A coating design consists of a series of layers each defined by a material and a thickness. In the manufacturing process, the thickness cannot be measured directly but is deduced from the output of a sensor that can range from a simple clock to a complex optical system or an accurate microbalance. In all cases, the relationship between the sensor output and the layer thickness is crucial. Coating design software can naturally be extended to the creation of a "run sheet"—that is, a series of instructions to the controller in terms of the expected signals at layer termination. The run sheet, if followed exactly, will yield a correct coating. However, the question remains: How accurately must the run sheet be followed for an acceptable yield (or, in other words, what are the necessary tolerances)?
Monte Carlo models
The study of tolerances in optical coatings has a long history. It began with analytical models, but what was not realized at the time was just how large actual errors in layer thickness could be. To be tractable, the analytical models were normally limited to first-order effects, implying quite small errors—rather smaller than normal. Later came Monte Carlo models that could incorporate more realistic errors.

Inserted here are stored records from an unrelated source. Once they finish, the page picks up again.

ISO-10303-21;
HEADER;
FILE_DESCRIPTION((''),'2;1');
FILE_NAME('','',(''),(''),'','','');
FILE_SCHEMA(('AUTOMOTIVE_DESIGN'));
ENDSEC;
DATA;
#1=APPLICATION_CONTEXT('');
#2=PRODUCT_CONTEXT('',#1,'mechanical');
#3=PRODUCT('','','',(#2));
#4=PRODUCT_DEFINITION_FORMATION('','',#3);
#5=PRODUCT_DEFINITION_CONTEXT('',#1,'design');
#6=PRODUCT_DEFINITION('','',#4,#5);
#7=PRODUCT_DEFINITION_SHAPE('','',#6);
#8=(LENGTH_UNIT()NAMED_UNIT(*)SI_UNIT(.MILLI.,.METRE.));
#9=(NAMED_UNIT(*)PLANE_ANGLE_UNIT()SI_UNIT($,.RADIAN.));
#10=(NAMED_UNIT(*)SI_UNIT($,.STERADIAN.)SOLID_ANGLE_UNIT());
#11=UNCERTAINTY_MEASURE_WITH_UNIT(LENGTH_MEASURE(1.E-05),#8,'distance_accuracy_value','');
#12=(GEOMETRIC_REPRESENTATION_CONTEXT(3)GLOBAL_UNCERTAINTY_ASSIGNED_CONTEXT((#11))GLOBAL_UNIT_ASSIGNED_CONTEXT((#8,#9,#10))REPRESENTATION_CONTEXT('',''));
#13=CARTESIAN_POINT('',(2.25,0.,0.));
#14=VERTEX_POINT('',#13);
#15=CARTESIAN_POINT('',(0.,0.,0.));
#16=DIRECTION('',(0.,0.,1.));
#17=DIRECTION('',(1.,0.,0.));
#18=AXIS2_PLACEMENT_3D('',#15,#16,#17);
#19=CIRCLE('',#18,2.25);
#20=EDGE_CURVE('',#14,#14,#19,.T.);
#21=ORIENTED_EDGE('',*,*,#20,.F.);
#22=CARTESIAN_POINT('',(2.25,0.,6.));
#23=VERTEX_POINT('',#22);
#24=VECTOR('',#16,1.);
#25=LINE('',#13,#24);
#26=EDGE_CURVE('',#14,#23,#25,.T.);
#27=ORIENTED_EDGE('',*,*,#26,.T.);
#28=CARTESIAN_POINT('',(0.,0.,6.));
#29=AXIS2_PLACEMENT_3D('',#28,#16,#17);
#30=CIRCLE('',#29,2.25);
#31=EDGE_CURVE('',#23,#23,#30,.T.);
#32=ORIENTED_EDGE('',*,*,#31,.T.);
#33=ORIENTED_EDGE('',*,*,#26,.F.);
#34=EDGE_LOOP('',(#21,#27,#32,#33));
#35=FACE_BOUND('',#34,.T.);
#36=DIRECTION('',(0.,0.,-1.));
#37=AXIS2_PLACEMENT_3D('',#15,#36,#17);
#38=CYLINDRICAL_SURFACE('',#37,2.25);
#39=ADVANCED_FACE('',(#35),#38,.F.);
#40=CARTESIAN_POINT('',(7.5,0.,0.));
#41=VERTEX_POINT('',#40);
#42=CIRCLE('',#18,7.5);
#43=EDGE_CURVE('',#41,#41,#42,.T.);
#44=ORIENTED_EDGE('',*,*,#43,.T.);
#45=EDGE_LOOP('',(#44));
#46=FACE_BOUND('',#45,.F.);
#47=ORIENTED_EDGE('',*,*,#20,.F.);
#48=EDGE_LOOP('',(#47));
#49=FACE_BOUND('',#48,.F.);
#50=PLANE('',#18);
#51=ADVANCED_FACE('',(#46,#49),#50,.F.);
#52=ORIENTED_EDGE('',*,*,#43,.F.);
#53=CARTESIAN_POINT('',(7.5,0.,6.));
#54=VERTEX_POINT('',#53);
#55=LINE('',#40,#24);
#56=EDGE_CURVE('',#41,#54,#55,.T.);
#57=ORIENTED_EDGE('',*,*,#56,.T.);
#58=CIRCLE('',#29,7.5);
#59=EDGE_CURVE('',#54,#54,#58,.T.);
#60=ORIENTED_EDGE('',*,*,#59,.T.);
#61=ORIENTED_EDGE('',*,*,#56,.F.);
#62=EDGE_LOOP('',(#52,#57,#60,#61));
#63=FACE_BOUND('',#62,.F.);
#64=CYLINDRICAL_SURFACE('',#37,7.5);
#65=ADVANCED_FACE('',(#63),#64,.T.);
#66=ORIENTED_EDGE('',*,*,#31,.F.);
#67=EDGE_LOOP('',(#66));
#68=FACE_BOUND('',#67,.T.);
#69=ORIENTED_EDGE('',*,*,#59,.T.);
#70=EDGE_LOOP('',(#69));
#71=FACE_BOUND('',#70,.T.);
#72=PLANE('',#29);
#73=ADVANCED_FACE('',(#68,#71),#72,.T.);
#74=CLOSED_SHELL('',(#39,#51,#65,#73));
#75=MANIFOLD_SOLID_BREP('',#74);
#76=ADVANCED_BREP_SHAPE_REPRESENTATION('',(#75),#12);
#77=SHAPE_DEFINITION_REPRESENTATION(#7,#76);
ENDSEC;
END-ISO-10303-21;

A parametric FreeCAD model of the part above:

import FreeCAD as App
import Part
import Sketcher

doc = App.newDocument("Part")
body = doc.addObject("PartDesign::Body", "Body")

# Sketch on XY plane
sketch1 = body.newObject("Sketcher::SketchObject", "Sketch")
sketch1.AttachmentSupport = (doc.getObject("XY_Plane"), [""])
sketch1.MapMode = "FlatFace"
sketch1.addGeometry(Part.Circle(App.Vector(0, 0, 0), App.Vector(0, 0, 1), 7.5), False)
sketch1.addGeometry(Part.Circle(App.Vector(0, 0, 0), App.Vector(0, 0, 1), 2.2), False)
sketch1.addConstraint(Sketcher.Constraint("Coincident", 0, 3, -1, 1))
sketch1.addConstraint(Sketcher.Constraint("Coincident", 1, 3, -1, 1))
sketch1.addConstraint(Sketcher.Constraint("Diameter", 0, 15.0))
sketch1.addConstraint(Sketcher.Constraint("Diameter", 1, 4.5))
pad1 = body.newObject("PartDesign::Pad", "Pad")
pad1.Profile = sketch1
pad1.Length = 6

doc.recompute()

The first Monte Carlo models were quite simple, drawing layer-thickness errors from infinite populations of prescribed statistical properties and ignoring any dependence of the error in one layer on that in another. They represented a big step forward, but their predictions for some specialized coatings, such as narrowband filters, suggested that they were impossible to manufacture, when in fact such coatings were being produced. This led to more realistic Monte Carlo models that included details of the monitoring system and error interactions. Not only were errors found to be interacting but under certain circumstances they were compensating each other. Coating design and control techniques were clearly seen to be closely linked.
A more recent thrust in design software has been to model all the important details of the complete process with the aims of reducing the number of test runs and improving production yield. This technique is sometimes referred to as "computational manufacturing." A typical modern coating-design software package includes, in addition to the design tools, a run-sheet generator and a process simulator (see Fig. 1). Before the design is finalized, the run sheet has been tested on the simulation facility, and perhaps, along with the design, modified to ensure the desired yield of acceptable product (see Fig. 2).
What of the future? Optical coatings serve the entire field of optics and so there will be a constant stream of new needs from the thin-film design community that will require new tools and facilities. Add to this the consideration that optical coatings have properties other than simply optical. Their optical characteristics shift with temperature. They contain strain energy that can reach enormous tensile or compressive levels. They are expected to afford a resistance to environmental disturbances, especially abrasion, heat, and humidity. Optical performance is straightforward because of the excellent existing model. We now have a good model of reversible thermally induced shifts that reveals the key role of the substrate. We have some reversible thermal models of stress, but we know that stress can exhibit significant hysteresis and it depends also on time. Abrasion resistance is at present beyond us. All we can do is use materials known to be reasonably resistant.